*** Opening DATA ***

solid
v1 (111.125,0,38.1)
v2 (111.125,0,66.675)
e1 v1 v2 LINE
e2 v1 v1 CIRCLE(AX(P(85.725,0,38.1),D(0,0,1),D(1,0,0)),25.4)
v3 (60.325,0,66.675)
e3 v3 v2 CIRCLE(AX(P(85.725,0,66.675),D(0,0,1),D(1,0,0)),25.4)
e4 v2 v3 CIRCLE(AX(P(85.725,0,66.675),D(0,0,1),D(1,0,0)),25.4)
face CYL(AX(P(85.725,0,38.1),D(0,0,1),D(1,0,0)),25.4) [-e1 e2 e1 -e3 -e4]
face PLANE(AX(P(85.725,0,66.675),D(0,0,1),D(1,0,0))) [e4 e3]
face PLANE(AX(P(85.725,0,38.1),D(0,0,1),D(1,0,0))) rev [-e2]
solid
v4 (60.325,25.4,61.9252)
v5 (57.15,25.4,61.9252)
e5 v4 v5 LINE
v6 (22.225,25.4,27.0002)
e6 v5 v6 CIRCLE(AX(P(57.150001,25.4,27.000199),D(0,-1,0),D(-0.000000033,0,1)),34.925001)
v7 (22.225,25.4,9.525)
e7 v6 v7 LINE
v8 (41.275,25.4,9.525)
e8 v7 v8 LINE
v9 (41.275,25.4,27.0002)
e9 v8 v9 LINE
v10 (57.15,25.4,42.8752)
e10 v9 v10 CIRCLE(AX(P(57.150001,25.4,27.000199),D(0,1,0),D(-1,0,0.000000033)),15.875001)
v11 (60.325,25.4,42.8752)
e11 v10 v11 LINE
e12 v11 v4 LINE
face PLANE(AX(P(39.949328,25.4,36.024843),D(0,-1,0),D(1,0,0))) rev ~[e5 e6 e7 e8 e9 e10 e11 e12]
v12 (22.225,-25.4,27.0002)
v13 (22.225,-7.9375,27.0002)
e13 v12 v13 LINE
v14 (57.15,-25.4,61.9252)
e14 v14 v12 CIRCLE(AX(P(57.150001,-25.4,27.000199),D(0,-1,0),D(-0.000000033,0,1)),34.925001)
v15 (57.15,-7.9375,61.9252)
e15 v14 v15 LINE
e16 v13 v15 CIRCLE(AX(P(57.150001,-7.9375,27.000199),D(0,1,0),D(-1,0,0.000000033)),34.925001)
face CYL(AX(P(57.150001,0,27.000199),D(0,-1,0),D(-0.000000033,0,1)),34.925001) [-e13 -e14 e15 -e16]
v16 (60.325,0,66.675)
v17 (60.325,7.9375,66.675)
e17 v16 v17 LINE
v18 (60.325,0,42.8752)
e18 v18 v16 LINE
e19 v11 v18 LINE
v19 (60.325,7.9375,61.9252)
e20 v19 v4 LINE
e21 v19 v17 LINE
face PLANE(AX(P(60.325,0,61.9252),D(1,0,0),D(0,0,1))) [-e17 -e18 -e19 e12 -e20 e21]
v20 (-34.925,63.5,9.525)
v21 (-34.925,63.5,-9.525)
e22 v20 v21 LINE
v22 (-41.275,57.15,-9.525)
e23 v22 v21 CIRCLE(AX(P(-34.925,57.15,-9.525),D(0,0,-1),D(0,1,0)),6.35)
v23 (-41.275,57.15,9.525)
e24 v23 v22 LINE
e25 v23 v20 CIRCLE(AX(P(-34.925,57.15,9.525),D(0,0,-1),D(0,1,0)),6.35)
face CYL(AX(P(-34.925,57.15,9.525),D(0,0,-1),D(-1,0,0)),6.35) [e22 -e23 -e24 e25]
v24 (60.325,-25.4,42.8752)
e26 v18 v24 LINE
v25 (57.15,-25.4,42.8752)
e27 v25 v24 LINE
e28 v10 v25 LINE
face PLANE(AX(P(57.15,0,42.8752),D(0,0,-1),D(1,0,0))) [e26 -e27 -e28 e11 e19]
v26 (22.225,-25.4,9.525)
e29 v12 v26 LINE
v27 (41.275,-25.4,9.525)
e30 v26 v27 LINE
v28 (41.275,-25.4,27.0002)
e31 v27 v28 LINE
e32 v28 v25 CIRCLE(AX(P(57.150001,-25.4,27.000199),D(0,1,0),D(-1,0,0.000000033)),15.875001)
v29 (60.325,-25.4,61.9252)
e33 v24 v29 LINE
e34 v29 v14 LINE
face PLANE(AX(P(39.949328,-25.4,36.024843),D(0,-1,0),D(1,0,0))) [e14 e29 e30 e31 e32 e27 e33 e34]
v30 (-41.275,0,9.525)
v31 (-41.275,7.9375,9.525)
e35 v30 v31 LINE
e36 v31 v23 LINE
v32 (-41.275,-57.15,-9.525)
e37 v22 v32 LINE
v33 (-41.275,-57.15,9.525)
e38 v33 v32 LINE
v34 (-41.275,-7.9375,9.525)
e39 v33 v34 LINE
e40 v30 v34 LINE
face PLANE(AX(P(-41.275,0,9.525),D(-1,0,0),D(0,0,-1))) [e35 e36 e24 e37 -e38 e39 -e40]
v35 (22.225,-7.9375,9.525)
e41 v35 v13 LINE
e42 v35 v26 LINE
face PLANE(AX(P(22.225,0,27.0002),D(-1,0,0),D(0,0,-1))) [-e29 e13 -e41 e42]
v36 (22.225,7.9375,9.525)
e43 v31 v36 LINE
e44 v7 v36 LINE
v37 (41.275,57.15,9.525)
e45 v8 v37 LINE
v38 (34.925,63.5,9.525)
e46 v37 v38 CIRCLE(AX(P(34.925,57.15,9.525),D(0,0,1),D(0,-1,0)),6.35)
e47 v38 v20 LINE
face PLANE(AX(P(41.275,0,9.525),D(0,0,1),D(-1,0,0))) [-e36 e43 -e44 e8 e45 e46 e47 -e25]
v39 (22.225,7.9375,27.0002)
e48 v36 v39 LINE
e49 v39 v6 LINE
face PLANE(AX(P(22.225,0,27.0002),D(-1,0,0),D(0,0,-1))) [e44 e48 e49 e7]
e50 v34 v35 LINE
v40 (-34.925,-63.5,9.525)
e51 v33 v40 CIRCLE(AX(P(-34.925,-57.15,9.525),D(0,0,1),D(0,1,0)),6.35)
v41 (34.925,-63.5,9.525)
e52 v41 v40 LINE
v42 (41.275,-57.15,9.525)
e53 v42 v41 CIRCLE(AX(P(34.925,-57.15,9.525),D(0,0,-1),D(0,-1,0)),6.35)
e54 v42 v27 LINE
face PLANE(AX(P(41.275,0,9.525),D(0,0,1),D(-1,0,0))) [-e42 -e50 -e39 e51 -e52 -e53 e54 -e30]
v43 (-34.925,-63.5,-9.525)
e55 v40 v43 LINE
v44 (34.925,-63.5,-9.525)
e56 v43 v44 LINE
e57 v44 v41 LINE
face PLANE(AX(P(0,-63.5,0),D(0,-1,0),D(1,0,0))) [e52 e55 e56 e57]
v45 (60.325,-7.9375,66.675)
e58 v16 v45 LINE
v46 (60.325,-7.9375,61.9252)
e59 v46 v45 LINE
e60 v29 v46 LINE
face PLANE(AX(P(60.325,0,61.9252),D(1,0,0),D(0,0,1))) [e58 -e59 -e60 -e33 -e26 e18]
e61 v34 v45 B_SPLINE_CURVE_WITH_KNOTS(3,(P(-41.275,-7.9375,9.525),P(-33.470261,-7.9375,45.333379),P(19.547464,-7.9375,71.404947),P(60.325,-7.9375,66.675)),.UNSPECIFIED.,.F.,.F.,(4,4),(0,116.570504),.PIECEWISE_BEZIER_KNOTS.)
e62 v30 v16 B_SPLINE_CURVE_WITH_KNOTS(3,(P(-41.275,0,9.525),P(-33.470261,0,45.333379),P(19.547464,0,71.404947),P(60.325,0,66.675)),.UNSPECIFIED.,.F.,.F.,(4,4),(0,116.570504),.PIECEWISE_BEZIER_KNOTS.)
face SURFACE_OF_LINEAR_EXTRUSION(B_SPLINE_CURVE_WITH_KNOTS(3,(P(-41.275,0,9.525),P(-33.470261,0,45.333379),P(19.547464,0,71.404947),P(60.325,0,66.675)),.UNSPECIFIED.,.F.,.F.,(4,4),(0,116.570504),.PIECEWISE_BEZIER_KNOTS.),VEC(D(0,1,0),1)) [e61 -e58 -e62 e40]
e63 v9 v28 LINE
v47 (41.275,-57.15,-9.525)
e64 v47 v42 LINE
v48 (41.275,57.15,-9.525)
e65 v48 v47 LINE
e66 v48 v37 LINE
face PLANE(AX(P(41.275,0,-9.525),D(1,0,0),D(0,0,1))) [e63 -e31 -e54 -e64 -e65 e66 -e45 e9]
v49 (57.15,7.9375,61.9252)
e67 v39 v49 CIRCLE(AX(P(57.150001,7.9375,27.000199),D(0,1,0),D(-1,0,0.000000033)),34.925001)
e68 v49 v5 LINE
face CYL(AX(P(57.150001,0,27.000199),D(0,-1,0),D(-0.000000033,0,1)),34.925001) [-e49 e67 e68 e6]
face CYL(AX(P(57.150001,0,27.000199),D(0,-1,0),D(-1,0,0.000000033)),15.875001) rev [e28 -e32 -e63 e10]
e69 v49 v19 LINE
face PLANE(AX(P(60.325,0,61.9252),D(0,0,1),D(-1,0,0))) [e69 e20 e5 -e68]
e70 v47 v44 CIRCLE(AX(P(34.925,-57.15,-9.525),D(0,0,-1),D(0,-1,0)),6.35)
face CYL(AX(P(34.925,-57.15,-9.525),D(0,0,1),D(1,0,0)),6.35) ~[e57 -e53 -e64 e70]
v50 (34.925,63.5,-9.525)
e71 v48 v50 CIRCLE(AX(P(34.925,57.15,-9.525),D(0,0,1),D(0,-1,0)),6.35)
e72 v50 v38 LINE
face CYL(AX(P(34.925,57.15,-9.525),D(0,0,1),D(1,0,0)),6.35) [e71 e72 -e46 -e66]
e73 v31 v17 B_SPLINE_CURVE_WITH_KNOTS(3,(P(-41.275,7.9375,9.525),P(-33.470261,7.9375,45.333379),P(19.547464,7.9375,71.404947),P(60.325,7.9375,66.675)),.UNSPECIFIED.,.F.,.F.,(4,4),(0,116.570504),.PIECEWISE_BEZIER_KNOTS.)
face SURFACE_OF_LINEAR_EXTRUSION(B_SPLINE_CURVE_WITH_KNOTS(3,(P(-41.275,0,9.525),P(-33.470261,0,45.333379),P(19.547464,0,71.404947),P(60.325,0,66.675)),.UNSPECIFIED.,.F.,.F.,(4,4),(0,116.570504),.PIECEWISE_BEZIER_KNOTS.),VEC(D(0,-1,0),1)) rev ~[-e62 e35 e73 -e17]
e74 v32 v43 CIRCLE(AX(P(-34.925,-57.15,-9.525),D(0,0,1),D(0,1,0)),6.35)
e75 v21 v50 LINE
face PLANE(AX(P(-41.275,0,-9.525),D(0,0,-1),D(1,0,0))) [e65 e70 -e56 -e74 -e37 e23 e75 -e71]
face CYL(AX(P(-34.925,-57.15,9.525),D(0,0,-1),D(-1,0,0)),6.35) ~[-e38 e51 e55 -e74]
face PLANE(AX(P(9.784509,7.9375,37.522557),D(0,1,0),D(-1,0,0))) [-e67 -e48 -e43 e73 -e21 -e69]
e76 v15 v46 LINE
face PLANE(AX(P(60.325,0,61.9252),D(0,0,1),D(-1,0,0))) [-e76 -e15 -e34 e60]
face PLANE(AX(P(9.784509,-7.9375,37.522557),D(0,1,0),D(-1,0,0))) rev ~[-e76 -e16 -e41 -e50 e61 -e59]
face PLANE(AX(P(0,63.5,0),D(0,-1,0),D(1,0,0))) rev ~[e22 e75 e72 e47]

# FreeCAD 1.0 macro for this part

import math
import FreeCAD as App
import Part
import Sketcher

V = App.Vector
Q = App.Units.Quantity


def edges_at(feature, points):
    """Names of the edges that pass closest to the given points."""
    edges = feature.Shape.Edges
    near = lambda p: min(range(len(edges)), key=lambda i: edges[i].distToShape(Part.Vertex(*p))[0])
    return sorted({f"Edge{near(p) + 1}" for p in points})

doc = App.newDocument("Part")
params = doc.addObject("Spreadsheet::Sheet", "Params")
for row, (alias, value) in enumerate([
    ("sketch1_width", "3.25 in"),
    ("sketch1_height", "0.75 in"),
    ("pad1_length", "5 in"),
    ("sketch2_radius", "0.625 in"),
    ("sketch2_radius2", "1.375 in"),
    ("sketch2_width", "0.125 in"),
    ("sketch2_height", "0.688 in"),
    ("pad2_length", "2 in"),
    ("sketch3_width", "2.5 in"),
    ("sketch3_radius", "1.375 in"),
    ("sketch3_height", "0.688 in"),
    ("pad3_length", "0.625 in"),
    ("sketch4_width", "1 in"),
    ("sketch4_height", "1.125 in"),
    ("revolution_angle", "360 deg"),
    ("fillet_radius", "0.25 in"),
], start=1):
    params.set(f"A{row}", alias)
    params.set(f"B{row}", "=" + value)
    params.setAlias(f"B{row}", alias)

body = doc.addObject("PartDesign::Body", "Body")
body.AllowCompound = True

sketch1 = doc.addObject("Sketcher::SketchObject", "Sketch")
body.addObject(sketch1)
sketch1.AttachmentSupport = (doc.XZ_Plane, [""])
sketch1.MapMode = "FlatFace"
sketch1.addGeometry([
    Part.LineSegment(V(-41, 10, 0), V(-41, -10, 0)),
    Part.LineSegment(V(-41, -10, 0), V(41, -10, 0)),
    Part.LineSegment(V(41, -10, 0), V(41, 10, 0)),
    Part.LineSegment(V(41, 10, 0), V(-41, 10, 0)),
], False)
sketch1.addConstraint([
    Sketcher.Constraint("Coincident", 0, 2, 1, 1),
    Sketcher.Constraint("Coincident", 1, 2, 2, 1),
    Sketcher.Constraint("Coincident", 2, 2, 3, 1),
    Sketcher.Constraint("Coincident", 3, 2, 0, 1),
    Sketcher.Constraint("Vertical", 0),
    Sketcher.Constraint("Horizontal", 1),
    Sketcher.Constraint("Vertical", 2),
    Sketcher.Constraint("Horizontal", 3),
    Sketcher.Constraint("Symmetric", 0, 2, 2, 2, -1, 1),
    Sketcher.Constraint("DistanceX", 1, 1, 1, 2, Q("3.25 in")),
    Sketcher.Constraint("DistanceY", 0, 2, 0, 1, Q("0.75 in")),
])
sketch1.setExpression("Constraints[9]", "Params.sketch1_width")
sketch1.setExpression("Constraints[10]", "Params.sketch1_height")
pad1 = doc.addObject("PartDesign::Pad", "Pad")
body.addObject(pad1)
pad1.Profile = sketch1
pad1.setExpression("Length", "Params.pad1_length")
pad1.Midplane = True

sketch2 = doc.addObject("Sketcher::SketchObject", "Sketch001")
body.addObject(sketch2)
sketch2.AttachmentSupport = (doc.XZ_Plane, [""])
sketch2.MapMode = "FlatFace"
sketch2.addGeometry([
    Part.LineSegment(V(22.2, 27, 0), V(22.2, 9.5, 0)),
    Part.LineSegment(V(22.2, 9.5, 0), V(41.3, 9.5, 0)),
    Part.LineSegment(V(41.3, 9.5, 0), V(41.3, 27, 0)),
    Part.ArcOfCircle(Part.Circle(V(57.2, 27, 0), V(0, 0, 1), 15.9), math.radians(90), math.radians(180)),
    Part.LineSegment(V(57.1, 42.9, 0), V(60.3, 42.9, 0)),
    Part.LineSegment(V(60.3, 42.9, 0), V(60.3, 61.9, 0)),
    Part.LineSegment(V(60.3, 61.9, 0), V(57.1, 61.9, 0)),
    Part.ArcOfCircle(Part.Circle(V(57.2, 27, 0), V(0, 0, 1), 34.9), math.radians(90), math.radians(180)),
], False)
sketch2.addConstraint([
    Sketcher.Constraint("Coincident", 0, 2, 1, 1),
    Sketcher.Constraint("Coincident", 1, 2, 2, 1),
    Sketcher.Constraint("Tangent", 2, 2, 3, 2),
    Sketcher.Constraint("Tangent", 3, 1, 4, 1),
    Sketcher.Constraint("Coincident", 4, 2, 5, 1),
    Sketcher.Constraint("Coincident", 5, 2, 6, 1),
    Sketcher.Constraint("Tangent", 6, 2, 7, 1),
    Sketcher.Constraint("Tangent", 7, 2, 0, 1),
    Sketcher.Constraint("Vertical", 0),
    Sketcher.Constraint("Horizontal", 1),
    Sketcher.Constraint("Vertical", 2),
    Sketcher.Constraint("Horizontal", 4),
    Sketcher.Constraint("Vertical", 5),
    Sketcher.Constraint("Horizontal", 6),
    Sketcher.Constraint("Coincident", 7, 3, 3, 3),
    Sketcher.Constraint("Radius", 3, Q("0.625 in")),
    Sketcher.Constraint("Radius", 7, Q("1.375 in")),
    Sketcher.Constraint("DistanceX", 4, 1, 4, 2, Q("0.125 in")),
    Sketcher.Constraint("DistanceY", 0, 2, 0, 1, Q("0.688 in")),
    Sketcher.Constraint("DistanceX", -1, 1, 3, 3, Q("2.25 in")),
    Sketcher.Constraint("DistanceY", -1, 1, 3, 3, Q("1.063 in")),
])
sketch2.setExpression("Constraints[15]", "Params.sketch2_radius")
sketch2.setExpression("Constraints[16]", "Params.sketch2_radius2")
sketch2.setExpression("Constraints[17]", "Params.sketch2_width")
sketch2.setExpression("Constraints[18]", "Params.sketch2_height")
pad2 = doc.addObject("PartDesign::Pad", "Pad001")
body.addObject(pad2)
pad2.Profile = sketch2
pad2.setExpression("Length", "Params.pad2_length")
pad2.Midplane = True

*** Closing DATA ***

▸ **PROMPT**:
Looking at the records above, return exactly the lines from the line with "v35 (22.225,-7.9375,9.525)" to the line with "v38 (34.925,63.5,9.525)", both ends included.

▸ **EXERCISE RESPONSE**:
v35 (22.225,-7.9375,9.525)
e41 v35 v13 LINE
e42 v35 v26 LINE
face PLANE(AX(P(22.225,0,27.0002),D(-1,0,0),D(0,0,-1))) [-e29 e13 -e41 e42]
v36 (22.225,7.9375,9.525)
e43 v31 v36 LINE
e44 v7 v36 LINE
v37 (41.275,57.15,9.525)
e45 v8 v37 LINE
v38 (34.925,63.5,9.525)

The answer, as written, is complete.